Differences between FreeLing 3 and 4?

Submitted by koichi on Mon, 05/23/2016 - 11:41
Forums

We can see the new features of FreeLing 4 here:
http://nlp.lsi.upc.edu/freeling/node/27

But is there any other significant changes in specifications of FreeLing 3 and 4? Can we use FreeLing 4 as a drop in replacement for FreeLing 3?

Many Thanks,

There are significant changes, thought the impact will depend on how do you use freeling and/or its output.

If you call the library from your own program, the API has important changes. You will need to adapt some of your code and recompile.
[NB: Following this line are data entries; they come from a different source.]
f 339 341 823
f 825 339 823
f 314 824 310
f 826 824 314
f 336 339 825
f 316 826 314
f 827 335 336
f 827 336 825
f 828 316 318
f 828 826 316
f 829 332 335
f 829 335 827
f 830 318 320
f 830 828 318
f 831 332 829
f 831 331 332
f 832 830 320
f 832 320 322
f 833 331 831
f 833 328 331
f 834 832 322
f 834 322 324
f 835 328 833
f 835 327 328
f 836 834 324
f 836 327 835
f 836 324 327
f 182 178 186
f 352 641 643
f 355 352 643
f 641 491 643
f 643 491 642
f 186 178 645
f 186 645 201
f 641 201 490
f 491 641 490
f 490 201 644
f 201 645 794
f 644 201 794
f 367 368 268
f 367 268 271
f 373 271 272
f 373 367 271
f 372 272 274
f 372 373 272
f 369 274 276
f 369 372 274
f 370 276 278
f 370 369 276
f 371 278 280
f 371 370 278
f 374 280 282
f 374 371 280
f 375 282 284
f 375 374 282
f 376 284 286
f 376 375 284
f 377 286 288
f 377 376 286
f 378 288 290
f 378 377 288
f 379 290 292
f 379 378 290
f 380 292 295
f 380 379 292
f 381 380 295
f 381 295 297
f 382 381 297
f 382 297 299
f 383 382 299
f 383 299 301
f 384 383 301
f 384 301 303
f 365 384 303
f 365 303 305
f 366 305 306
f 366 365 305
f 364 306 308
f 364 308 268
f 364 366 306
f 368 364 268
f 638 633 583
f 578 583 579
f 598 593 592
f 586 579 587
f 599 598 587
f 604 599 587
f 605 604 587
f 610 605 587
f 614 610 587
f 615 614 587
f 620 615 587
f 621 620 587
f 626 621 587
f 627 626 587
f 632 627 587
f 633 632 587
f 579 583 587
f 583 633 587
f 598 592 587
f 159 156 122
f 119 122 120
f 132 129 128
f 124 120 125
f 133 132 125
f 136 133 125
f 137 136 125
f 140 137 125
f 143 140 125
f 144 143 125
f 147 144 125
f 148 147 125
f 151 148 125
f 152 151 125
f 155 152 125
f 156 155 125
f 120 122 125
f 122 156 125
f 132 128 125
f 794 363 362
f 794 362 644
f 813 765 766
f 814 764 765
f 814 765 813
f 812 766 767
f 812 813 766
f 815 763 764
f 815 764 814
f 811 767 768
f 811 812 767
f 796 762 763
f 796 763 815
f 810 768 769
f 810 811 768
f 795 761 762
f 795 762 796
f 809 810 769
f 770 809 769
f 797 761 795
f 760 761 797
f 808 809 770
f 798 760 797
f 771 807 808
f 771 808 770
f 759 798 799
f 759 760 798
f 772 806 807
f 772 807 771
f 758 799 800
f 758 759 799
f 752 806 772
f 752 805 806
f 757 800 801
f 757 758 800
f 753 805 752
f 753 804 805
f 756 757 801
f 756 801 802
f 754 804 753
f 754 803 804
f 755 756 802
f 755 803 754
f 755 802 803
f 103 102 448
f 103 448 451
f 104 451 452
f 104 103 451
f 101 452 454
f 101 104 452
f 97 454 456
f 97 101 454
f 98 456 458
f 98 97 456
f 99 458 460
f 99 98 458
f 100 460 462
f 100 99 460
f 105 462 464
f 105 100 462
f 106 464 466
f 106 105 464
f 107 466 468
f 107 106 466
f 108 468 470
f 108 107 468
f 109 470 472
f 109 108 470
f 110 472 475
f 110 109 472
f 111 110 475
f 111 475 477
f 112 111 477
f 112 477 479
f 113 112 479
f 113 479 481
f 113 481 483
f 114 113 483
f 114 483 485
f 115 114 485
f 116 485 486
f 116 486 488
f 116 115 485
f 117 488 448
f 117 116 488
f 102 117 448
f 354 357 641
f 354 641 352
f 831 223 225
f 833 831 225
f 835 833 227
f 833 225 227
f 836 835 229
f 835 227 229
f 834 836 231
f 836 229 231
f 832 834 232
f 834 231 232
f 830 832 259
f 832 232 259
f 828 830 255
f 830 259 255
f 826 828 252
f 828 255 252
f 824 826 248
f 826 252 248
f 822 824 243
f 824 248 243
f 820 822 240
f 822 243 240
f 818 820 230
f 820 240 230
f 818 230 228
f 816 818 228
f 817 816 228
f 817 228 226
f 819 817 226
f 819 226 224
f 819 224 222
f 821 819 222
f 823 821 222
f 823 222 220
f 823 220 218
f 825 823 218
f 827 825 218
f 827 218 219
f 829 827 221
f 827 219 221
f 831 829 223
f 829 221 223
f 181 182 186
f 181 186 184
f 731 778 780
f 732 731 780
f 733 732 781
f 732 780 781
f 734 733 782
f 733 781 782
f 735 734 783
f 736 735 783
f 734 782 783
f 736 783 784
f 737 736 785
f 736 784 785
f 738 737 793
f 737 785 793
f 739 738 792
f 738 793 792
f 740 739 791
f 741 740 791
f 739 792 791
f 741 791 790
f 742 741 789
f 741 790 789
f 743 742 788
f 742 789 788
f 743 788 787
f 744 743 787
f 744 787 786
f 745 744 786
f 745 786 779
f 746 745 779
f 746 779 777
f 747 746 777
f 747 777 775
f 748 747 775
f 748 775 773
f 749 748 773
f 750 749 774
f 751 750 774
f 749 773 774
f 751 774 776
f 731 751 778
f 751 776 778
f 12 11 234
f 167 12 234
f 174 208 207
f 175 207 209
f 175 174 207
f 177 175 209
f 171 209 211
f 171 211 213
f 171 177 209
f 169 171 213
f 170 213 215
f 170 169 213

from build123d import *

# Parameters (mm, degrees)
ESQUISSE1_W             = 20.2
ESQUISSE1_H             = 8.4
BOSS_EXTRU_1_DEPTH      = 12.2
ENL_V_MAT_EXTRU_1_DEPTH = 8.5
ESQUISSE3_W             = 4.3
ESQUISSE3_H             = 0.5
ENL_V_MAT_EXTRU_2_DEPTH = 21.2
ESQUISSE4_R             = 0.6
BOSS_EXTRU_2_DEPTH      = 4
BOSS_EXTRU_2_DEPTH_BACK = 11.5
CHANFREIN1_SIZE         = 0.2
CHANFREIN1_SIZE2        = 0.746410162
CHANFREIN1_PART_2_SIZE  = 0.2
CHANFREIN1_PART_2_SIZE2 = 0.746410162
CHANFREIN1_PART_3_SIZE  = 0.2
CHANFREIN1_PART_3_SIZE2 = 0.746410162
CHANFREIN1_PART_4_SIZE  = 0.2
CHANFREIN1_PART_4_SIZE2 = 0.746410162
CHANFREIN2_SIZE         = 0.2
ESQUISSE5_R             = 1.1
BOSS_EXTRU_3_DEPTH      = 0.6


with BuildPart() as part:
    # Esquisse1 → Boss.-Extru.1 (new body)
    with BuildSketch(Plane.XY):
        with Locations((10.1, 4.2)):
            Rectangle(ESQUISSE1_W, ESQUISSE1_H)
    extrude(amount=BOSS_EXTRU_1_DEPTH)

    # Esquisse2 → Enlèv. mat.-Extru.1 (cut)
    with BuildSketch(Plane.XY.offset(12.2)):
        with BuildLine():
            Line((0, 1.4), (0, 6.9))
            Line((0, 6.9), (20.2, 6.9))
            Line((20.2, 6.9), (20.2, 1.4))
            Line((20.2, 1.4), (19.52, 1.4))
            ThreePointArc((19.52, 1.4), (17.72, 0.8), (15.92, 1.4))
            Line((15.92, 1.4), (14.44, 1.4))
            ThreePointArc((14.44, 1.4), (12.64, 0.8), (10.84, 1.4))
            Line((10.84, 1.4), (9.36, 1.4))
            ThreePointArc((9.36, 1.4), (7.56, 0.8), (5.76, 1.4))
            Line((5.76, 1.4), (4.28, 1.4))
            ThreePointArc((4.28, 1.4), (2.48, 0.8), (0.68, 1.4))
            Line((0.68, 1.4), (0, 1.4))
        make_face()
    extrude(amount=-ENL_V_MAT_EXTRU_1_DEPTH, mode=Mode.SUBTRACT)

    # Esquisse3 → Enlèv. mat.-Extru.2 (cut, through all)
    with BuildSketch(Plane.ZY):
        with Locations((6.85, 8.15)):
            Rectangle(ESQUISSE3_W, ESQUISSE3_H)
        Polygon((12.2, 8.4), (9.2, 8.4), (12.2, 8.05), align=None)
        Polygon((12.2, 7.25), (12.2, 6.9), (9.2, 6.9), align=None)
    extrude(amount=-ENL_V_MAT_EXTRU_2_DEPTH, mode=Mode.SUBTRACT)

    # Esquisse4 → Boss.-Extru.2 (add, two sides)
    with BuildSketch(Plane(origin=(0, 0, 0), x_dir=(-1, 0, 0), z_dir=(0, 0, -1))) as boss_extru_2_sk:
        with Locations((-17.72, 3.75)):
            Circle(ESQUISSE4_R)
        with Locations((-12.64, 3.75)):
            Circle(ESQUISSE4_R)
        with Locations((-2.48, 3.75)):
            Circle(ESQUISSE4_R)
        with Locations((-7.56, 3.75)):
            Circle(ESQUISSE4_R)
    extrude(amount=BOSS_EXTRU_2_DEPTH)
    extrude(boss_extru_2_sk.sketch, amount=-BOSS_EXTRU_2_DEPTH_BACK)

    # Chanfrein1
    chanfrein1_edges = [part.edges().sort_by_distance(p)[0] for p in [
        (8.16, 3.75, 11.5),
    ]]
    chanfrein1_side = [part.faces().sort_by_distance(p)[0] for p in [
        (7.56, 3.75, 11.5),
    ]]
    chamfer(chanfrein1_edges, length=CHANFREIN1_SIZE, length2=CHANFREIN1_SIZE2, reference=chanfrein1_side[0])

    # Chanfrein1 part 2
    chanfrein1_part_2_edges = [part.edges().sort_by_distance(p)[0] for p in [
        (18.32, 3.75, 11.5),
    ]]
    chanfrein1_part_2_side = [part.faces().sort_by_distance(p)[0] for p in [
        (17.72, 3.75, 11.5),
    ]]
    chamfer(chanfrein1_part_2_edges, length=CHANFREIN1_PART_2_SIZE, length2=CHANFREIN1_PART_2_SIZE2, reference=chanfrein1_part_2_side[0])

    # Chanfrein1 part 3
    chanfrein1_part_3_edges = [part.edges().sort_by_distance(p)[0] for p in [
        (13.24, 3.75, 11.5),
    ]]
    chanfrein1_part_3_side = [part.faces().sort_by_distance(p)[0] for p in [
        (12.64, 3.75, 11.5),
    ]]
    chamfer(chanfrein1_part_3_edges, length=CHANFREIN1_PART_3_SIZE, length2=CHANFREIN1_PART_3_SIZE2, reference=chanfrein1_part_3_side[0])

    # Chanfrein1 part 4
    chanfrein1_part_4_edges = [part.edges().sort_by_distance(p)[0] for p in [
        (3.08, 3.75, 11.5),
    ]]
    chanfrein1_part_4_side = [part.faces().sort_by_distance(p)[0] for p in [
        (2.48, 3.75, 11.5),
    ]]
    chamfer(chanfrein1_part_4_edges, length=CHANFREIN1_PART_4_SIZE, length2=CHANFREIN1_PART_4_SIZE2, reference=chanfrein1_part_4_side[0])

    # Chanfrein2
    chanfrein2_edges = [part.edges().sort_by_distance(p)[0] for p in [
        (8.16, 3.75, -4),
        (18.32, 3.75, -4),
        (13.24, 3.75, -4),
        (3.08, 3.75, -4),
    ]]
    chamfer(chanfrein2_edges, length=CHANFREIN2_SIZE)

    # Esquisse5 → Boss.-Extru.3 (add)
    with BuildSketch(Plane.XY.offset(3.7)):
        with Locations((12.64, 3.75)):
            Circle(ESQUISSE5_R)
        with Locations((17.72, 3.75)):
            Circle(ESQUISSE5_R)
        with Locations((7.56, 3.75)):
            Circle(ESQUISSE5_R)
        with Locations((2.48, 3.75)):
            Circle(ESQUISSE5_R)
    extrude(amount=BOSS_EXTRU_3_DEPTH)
Regarding output produced by FreeLing, several tagsets have been changed, so some words may receive different tags than in 3.1 (e.g. possessive adjectives for most latin languages, prepositions in some languages, etc)

I use “analyzer” to perform tokenization, morphological analysis and PoS tagging mainly. Target languages are CA, EN, ES, FR, IT, PT, RU and DE.

So I have to closely check “FreeLing Tagset Description” section of the manual.
https://talp-upc.gitbooks.io/freeling-user-manual/content/tagsets.html

If you have any more advices to people who switch from FreeLing 3 to 4, please let us know.

Thanks!

Yes, it is a good idea to check the tagsets.

You can compare the file "tagset.dat" in each language data directory with the same file in 3.1 to have a fine view of the changes.
File format is described in https://talp-upc.gitbooks.io/freeling-user-manual/content/modules/tagse…

If you use parsing, you may be interested in checking the results of the new statistical parsers. They are slower, but provide more robust analysis, specially in long sentences.